Work task » Return the run of lines below that opens with the line containing "f 169 260 239" and closes with the line containing "v -2.867 0.884 18", keeping each one exact.

+++ Data for this exercise

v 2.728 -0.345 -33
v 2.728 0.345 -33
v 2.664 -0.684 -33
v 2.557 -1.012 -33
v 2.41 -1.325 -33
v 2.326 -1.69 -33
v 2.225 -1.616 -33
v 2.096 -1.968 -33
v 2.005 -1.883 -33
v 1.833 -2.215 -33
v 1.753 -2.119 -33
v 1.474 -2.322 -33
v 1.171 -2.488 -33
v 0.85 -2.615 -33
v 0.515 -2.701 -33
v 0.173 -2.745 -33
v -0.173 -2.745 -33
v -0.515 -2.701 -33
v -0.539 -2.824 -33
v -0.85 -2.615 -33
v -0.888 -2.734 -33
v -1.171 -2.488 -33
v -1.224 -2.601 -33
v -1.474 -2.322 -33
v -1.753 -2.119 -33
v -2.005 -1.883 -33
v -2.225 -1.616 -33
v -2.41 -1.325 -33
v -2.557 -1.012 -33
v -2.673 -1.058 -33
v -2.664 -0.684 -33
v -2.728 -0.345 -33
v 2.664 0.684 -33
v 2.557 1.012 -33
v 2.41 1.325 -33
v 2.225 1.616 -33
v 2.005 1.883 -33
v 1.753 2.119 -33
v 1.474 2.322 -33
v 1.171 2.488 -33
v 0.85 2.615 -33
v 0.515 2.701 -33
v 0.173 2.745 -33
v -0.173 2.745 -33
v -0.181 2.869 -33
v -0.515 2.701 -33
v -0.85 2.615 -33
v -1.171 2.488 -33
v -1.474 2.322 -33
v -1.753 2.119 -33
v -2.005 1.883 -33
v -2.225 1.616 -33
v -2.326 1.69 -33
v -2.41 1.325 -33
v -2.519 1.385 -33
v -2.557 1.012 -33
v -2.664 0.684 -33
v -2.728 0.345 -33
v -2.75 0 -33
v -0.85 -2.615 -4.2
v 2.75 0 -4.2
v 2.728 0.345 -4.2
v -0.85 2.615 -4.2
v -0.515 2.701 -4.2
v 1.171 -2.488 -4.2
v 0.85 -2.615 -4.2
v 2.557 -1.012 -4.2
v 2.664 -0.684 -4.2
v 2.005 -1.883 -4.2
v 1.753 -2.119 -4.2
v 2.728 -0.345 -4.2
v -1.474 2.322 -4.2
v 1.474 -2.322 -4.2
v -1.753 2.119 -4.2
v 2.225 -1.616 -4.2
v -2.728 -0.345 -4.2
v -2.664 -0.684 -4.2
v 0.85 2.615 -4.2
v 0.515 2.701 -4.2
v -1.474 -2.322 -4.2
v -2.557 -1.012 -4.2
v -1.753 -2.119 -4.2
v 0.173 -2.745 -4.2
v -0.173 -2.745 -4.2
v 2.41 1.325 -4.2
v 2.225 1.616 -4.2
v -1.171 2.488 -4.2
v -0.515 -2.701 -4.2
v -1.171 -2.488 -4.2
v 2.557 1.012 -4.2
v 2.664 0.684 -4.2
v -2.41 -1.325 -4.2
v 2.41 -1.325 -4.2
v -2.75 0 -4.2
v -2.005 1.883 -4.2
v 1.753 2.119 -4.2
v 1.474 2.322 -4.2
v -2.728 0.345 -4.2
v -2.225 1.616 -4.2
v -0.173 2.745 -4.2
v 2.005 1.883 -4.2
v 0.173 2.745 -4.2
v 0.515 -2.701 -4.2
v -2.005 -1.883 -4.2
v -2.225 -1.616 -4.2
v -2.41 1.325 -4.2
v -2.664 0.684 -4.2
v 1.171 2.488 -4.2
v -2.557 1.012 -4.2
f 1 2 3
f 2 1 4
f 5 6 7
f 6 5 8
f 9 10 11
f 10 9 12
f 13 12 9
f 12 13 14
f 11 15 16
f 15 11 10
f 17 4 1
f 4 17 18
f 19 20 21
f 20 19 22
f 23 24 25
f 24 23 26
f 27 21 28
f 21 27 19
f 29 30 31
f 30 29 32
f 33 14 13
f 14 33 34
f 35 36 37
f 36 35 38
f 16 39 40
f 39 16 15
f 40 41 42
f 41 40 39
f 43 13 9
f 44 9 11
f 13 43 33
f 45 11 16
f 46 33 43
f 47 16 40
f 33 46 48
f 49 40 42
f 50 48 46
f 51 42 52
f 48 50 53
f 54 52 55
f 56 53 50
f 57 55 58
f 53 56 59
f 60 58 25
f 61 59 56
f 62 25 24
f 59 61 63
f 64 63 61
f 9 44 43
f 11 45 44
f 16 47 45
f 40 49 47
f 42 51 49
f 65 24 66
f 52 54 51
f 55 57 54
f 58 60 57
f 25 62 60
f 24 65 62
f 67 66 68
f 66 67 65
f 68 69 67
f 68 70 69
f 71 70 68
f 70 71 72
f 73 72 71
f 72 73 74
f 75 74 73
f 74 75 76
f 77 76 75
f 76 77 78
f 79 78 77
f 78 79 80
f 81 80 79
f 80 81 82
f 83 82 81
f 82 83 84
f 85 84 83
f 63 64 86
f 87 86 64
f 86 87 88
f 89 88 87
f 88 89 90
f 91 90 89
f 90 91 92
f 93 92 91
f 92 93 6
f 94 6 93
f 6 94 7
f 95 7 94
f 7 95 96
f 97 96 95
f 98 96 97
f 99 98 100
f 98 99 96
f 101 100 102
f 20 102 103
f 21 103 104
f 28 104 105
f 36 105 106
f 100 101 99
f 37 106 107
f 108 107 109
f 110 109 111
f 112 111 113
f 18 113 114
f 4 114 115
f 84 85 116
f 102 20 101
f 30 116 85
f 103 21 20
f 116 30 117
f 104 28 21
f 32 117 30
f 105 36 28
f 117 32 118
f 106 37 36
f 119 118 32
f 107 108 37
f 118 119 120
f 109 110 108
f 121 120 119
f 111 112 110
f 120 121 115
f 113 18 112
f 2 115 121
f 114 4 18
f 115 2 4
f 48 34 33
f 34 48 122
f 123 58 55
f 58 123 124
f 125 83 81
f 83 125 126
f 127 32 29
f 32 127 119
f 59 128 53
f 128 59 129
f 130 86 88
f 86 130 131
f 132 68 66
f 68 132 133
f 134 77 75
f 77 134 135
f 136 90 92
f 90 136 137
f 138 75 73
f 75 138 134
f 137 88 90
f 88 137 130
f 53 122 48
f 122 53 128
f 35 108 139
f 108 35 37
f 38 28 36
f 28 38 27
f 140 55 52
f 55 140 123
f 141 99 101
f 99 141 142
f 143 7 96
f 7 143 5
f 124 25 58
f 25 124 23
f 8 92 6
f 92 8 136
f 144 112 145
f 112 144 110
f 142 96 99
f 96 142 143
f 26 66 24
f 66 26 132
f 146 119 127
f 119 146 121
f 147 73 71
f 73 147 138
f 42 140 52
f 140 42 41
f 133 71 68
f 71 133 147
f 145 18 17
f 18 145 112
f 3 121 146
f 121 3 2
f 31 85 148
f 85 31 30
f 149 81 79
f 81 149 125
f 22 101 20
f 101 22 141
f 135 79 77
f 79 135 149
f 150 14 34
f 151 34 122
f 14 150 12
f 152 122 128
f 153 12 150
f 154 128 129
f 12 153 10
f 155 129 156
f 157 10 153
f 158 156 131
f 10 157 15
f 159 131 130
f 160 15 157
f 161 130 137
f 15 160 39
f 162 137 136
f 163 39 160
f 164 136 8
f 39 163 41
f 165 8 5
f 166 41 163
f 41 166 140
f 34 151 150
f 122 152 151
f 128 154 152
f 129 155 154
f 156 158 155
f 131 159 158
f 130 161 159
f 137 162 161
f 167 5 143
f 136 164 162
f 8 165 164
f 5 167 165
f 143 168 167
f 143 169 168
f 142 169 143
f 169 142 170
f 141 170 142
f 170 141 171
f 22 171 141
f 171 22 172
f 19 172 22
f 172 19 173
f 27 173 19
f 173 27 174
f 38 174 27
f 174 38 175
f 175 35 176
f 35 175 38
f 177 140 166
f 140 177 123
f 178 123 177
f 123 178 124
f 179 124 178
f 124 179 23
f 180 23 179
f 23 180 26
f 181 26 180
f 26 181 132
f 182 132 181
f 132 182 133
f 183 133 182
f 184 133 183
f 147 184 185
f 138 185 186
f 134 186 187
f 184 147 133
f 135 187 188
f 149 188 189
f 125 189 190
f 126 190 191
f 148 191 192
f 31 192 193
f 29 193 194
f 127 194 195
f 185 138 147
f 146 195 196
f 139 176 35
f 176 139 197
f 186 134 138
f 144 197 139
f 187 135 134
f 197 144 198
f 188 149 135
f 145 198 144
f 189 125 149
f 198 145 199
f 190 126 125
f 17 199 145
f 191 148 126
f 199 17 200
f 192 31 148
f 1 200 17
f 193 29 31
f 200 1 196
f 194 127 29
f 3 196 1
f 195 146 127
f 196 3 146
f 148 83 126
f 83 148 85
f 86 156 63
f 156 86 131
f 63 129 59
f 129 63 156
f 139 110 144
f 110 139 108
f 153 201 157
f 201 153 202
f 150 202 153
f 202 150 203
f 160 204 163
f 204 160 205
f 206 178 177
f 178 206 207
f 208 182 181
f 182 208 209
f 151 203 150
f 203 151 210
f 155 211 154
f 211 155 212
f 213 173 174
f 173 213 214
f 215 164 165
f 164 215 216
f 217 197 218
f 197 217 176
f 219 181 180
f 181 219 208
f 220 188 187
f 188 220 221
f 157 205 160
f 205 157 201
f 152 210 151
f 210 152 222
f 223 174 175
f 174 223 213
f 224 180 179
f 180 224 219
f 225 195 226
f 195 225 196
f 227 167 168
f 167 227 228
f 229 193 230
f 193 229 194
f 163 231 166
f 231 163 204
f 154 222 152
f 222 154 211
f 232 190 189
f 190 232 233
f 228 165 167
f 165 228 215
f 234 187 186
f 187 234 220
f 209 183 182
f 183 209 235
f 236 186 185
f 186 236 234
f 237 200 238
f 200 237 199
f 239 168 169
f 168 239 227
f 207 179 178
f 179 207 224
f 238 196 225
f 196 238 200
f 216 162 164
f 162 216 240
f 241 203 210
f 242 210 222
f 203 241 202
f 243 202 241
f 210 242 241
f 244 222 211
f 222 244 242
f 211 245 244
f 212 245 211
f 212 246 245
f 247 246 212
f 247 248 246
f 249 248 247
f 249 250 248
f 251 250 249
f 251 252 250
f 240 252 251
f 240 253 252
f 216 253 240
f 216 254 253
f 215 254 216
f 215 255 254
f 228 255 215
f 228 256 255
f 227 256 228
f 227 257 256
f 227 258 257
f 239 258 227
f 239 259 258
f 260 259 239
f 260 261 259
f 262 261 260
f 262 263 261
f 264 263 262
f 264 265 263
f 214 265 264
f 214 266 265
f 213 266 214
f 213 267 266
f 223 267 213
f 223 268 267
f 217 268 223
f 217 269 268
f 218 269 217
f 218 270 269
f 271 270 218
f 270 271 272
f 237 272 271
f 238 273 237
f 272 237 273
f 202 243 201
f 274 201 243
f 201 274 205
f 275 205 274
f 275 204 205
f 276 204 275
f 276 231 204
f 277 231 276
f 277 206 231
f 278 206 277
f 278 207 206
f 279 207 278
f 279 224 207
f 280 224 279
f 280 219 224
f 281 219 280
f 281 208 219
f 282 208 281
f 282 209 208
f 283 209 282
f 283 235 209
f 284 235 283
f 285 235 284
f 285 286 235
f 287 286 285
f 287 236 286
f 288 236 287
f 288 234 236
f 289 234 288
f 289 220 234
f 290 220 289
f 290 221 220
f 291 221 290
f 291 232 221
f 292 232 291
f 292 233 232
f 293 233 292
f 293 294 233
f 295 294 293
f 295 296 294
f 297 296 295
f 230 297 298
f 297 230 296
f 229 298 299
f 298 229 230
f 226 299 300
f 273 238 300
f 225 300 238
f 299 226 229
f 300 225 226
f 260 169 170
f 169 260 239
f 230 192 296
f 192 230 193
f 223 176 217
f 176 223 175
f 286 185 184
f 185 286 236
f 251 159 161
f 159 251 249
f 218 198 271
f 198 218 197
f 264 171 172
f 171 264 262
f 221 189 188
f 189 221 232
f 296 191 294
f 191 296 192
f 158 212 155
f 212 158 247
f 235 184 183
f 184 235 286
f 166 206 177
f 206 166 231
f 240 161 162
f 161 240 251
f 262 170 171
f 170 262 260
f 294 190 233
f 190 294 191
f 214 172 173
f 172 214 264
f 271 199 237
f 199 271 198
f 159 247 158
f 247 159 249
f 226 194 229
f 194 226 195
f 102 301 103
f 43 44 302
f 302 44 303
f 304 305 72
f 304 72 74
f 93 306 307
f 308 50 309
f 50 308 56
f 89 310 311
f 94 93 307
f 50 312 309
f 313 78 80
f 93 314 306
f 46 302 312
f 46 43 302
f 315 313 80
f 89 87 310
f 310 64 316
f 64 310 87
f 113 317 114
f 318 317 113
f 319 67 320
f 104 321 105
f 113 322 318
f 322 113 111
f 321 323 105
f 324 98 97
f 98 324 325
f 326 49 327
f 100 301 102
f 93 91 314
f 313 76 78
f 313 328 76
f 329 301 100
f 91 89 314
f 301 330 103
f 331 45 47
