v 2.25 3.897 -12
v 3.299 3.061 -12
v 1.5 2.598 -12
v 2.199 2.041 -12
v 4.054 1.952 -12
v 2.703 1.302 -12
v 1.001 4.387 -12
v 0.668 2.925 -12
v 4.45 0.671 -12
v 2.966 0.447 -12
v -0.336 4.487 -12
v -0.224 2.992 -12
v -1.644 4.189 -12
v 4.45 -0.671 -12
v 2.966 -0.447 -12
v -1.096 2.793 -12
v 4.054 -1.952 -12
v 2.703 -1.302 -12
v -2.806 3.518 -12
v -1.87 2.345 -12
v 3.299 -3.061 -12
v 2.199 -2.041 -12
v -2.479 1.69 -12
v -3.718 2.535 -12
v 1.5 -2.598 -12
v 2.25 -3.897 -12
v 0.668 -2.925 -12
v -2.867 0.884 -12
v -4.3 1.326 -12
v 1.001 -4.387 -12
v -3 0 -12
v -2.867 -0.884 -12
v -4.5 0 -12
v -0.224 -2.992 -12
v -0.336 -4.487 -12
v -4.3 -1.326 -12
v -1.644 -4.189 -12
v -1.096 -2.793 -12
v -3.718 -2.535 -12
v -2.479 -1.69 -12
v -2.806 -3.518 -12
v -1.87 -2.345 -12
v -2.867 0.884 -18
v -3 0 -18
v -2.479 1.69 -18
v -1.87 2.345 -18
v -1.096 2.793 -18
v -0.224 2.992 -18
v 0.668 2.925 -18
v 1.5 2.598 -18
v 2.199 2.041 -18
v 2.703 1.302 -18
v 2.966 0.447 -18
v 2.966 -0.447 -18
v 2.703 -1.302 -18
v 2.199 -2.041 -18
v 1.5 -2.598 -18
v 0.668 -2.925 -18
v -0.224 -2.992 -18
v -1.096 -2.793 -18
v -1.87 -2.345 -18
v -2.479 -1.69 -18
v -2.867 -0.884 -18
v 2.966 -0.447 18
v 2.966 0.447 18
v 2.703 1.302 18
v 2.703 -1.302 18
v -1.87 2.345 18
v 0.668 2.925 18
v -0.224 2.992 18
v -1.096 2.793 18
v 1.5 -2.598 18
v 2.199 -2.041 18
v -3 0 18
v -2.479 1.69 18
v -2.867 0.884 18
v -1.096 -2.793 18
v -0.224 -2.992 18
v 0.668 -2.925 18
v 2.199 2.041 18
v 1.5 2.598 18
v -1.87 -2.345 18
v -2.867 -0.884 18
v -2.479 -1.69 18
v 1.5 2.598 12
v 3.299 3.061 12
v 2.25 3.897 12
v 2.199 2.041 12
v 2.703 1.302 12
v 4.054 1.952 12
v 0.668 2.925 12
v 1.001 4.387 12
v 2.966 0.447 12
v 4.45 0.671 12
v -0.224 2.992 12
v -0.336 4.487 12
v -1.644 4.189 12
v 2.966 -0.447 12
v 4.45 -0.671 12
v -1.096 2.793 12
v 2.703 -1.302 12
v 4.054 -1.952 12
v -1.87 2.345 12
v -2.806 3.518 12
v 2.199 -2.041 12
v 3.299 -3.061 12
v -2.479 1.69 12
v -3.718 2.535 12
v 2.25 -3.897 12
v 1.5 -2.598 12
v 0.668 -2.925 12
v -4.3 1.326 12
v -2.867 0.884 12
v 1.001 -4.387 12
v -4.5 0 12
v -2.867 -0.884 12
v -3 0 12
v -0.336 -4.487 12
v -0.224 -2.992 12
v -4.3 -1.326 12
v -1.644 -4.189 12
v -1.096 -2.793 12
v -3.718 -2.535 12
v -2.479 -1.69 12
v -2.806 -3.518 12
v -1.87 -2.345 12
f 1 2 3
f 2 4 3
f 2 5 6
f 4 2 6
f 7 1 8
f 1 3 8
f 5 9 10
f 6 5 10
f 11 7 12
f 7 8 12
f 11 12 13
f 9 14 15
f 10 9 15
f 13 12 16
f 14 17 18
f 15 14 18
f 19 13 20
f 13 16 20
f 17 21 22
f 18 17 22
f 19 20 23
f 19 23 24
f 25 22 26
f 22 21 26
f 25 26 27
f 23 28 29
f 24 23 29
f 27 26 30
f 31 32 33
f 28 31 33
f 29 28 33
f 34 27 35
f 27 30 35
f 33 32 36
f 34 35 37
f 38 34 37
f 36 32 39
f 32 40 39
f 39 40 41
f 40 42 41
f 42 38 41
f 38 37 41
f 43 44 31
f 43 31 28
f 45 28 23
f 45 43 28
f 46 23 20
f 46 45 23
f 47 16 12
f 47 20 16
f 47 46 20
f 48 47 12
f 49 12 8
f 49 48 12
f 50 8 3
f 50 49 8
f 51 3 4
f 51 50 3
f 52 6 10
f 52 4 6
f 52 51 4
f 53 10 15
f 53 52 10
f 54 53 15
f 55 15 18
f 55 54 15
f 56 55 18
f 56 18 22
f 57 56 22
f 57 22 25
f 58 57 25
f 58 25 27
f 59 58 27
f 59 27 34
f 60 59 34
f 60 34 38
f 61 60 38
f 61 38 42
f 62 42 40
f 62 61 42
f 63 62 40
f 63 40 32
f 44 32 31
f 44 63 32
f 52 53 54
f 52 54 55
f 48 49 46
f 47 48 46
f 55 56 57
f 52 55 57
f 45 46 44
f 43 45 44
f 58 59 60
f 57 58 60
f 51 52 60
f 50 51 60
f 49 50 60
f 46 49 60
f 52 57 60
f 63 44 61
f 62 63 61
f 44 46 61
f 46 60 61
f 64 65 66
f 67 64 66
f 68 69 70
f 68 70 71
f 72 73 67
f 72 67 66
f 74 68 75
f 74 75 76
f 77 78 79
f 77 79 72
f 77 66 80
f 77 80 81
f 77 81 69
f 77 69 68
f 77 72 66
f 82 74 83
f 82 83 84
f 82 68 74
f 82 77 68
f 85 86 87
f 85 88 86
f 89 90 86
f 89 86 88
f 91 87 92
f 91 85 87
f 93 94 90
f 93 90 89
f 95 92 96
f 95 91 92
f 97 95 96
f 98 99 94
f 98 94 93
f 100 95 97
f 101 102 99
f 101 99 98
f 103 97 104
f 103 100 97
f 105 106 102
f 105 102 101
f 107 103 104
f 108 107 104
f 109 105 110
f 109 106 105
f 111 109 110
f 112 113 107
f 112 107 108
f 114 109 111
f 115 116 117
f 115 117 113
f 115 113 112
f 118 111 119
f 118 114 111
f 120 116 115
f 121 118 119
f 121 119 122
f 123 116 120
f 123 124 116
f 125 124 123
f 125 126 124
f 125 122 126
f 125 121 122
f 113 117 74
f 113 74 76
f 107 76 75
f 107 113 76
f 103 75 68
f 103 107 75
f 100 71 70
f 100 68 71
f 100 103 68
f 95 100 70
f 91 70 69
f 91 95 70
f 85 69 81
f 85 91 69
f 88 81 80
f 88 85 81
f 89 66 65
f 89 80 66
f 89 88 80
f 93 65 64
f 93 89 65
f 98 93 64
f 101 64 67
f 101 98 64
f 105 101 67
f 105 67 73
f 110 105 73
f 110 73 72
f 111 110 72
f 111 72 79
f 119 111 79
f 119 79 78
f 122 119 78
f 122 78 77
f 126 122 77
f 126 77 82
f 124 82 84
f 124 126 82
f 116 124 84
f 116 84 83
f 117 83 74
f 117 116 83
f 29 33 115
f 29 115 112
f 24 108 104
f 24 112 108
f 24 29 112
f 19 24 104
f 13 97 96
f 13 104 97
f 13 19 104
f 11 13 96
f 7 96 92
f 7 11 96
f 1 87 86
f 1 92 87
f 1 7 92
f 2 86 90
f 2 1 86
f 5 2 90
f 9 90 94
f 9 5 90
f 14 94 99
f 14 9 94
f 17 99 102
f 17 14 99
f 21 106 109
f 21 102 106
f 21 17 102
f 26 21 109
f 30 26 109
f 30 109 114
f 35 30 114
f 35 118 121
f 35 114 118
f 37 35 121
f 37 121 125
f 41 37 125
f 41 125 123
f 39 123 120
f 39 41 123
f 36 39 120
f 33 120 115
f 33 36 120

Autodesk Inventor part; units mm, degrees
ref_plane "YZ Plane" through (0, 0, 0) normal (1, 0, 0) x (0, 1, 0)
ref_plane "XZ Plane" through (0, 0, 0) normal (0, 1, 0) x (-1, 0, 0)
ref_plane "XY Plane" through (0, 0, 0) normal (0, 0, 1) x (1, 0, 0)
sketch "Skizze1" plane through (0, 0, 0) normal (0, 1, 0) x (-1, 0, 0)
  line L0 (0, 18) -> (3, 18)
  line L1 (3, 18) -> (3, 12)
  line L2 (3, 12) -> (4.5, 12)
  line L3 (4.5, 12) -> (4.5, -12)
  line L4 (4.5, -12) -> (3, -12)
  line L5 (3, -12) -> (3, -18)
  line L6 (3, -18) -> (0, -18)
  line L7 (0, -18) -> (0, 18)
  point P0 (0, 0)
  point P1 (0, 0)
  dimension "d0" = 6
  dimension "d1" = 6
  dimension "d2" = 24
  dimension "d3" = 9
  dimension "d4" = 6
revolve "Umdrehung1" add sketch "Skizze1" angle 360 about axis through (0, 0, -18) along (0, 0, 1)
thread "Gewinde1" size "M6x1" class "6g" standard "ISO Metric profile" length 18
thread "Gewinde2" size "M6x1" class "6g" standard "ISO Metric profile" length 18
properties part number "welle_verbindung"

++++++

Worked solution »
f 169 260 239
f 230 192 296
f 192 230 193
f 223 176 217
f 176 223 175
f 286 185 184
f 185 286 236
f 251 159 161
f 159 251 249
f 218 198 271
f 198 218 197
f 264 171 172
f 171 264 262
f 221 189 188
f 189 221 232
f 296 191 294
f 191 296 192
f 158 212 155
f 212 158 247
f 235 184 183
f 184 235 286
f 166 206 177
f 206 166 231
f 240 161 162
f 161 240 251
f 262 170 171
f 170 262 260
f 294 190 233
f 190 294 191
f 214 172 173
f 172 214 264
f 271 199 237
f 199 271 198
f 159 247 158
f 247 159 249
f 226 194 229
f 194 226 195
f 102 301 103
f 43 44 302
f 302 44 303
f 304 305 72
f 304 72 74
f 93 306 307
f 308 50 309
f 50 308 56
f 89 310 311
f 94 93 307
f 50 312 309
f 313 78 80
f 93 314 306
f 46 302 312
f 46 43 302
f 315 313 80
f 89 87 310
f 310 64 316
f 64 310 87
f 113 317 114
f 318 317 113
f 319 67 320
f 104 321 105
f 113 322 318
f 322 113 111
f 321 323 105
f 324 98 97
f 98 324 325
f 326 49 327
f 100 301 102
f 93 91 314
f 313 76 78
f 313 328 76
f 329 301 100
f 91 89 314
f 301 330 103
f 331 45 47
v 2.25 3.897 -12
v 3.299 3.061 -12
v 1.5 2.598 -12
v 2.199 2.041 -12
v 4.054 1.952 -12
v 2.703 1.302 -12
v 1.001 4.387 -12
v 0.668 2.925 -12
v 4.45 0.671 -12
v 2.966 0.447 -12
v -0.336 4.487 -12
v -0.224 2.992 -12
v -1.644 4.189 -12
v 4.45 -0.671 -12
v 2.966 -0.447 -12
v -1.096 2.793 -12
v 4.054 -1.952 -12
v 2.703 -1.302 -12
v -2.806 3.518 -12
v -1.87 2.345 -12
v 3.299 -3.061 -12
v 2.199 -2.041 -12
v -2.479 1.69 -12
v -3.718 2.535 -12
v 1.5 -2.598 -12
v 2.25 -3.897 -12
v 0.668 -2.925 -12
v -2.867 0.884 -12
v -4.3 1.326 -12
v 1.001 -4.387 -12
v -3 0 -12
v -2.867 -0.884 -12
v -4.5 0 -12
v -0.224 -2.992 -12
v -0.336 -4.487 -12
v -4.3 -1.326 -12
v -1.644 -4.189 -12
v -1.096 -2.793 -12
v -3.718 -2.535 -12
v -2.479 -1.69 -12
v -2.806 -3.518 -12
v -1.87 -2.345 -12
v -2.867 0.884 -18
v -3 0 -18
v -2.479 1.69 -18
v -1.87 2.345 -18
v -1.096 2.793 -18
v -0.224 2.992 -18
v 0.668 2.925 -18
v 1.5 2.598 -18
v 2.199 2.041 -18
v 2.703 1.302 -18
v 2.966 0.447 -18
v 2.966 -0.447 -18
v 2.703 -1.302 -18
v 2.199 -2.041 -18
v 1.5 -2.598 -18
v 0.668 -2.925 -18
v -0.224 -2.992 -18
v -1.096 -2.793 -18
v -1.87 -2.345 -18
v -2.479 -1.69 -18
v -2.867 -0.884 -18
v 2.966 -0.447 18
v 2.966 0.447 18
v 2.703 1.302 18
v 2.703 -1.302 18
v -1.87 2.345 18
v 0.668 2.925 18
v -0.224 2.992 18
v -1.096 2.793 18
v 1.5 -2.598 18
v 2.199 -2.041 18
v -3 0 18
v -2.479 1.69 18
v -2.867 0.884 18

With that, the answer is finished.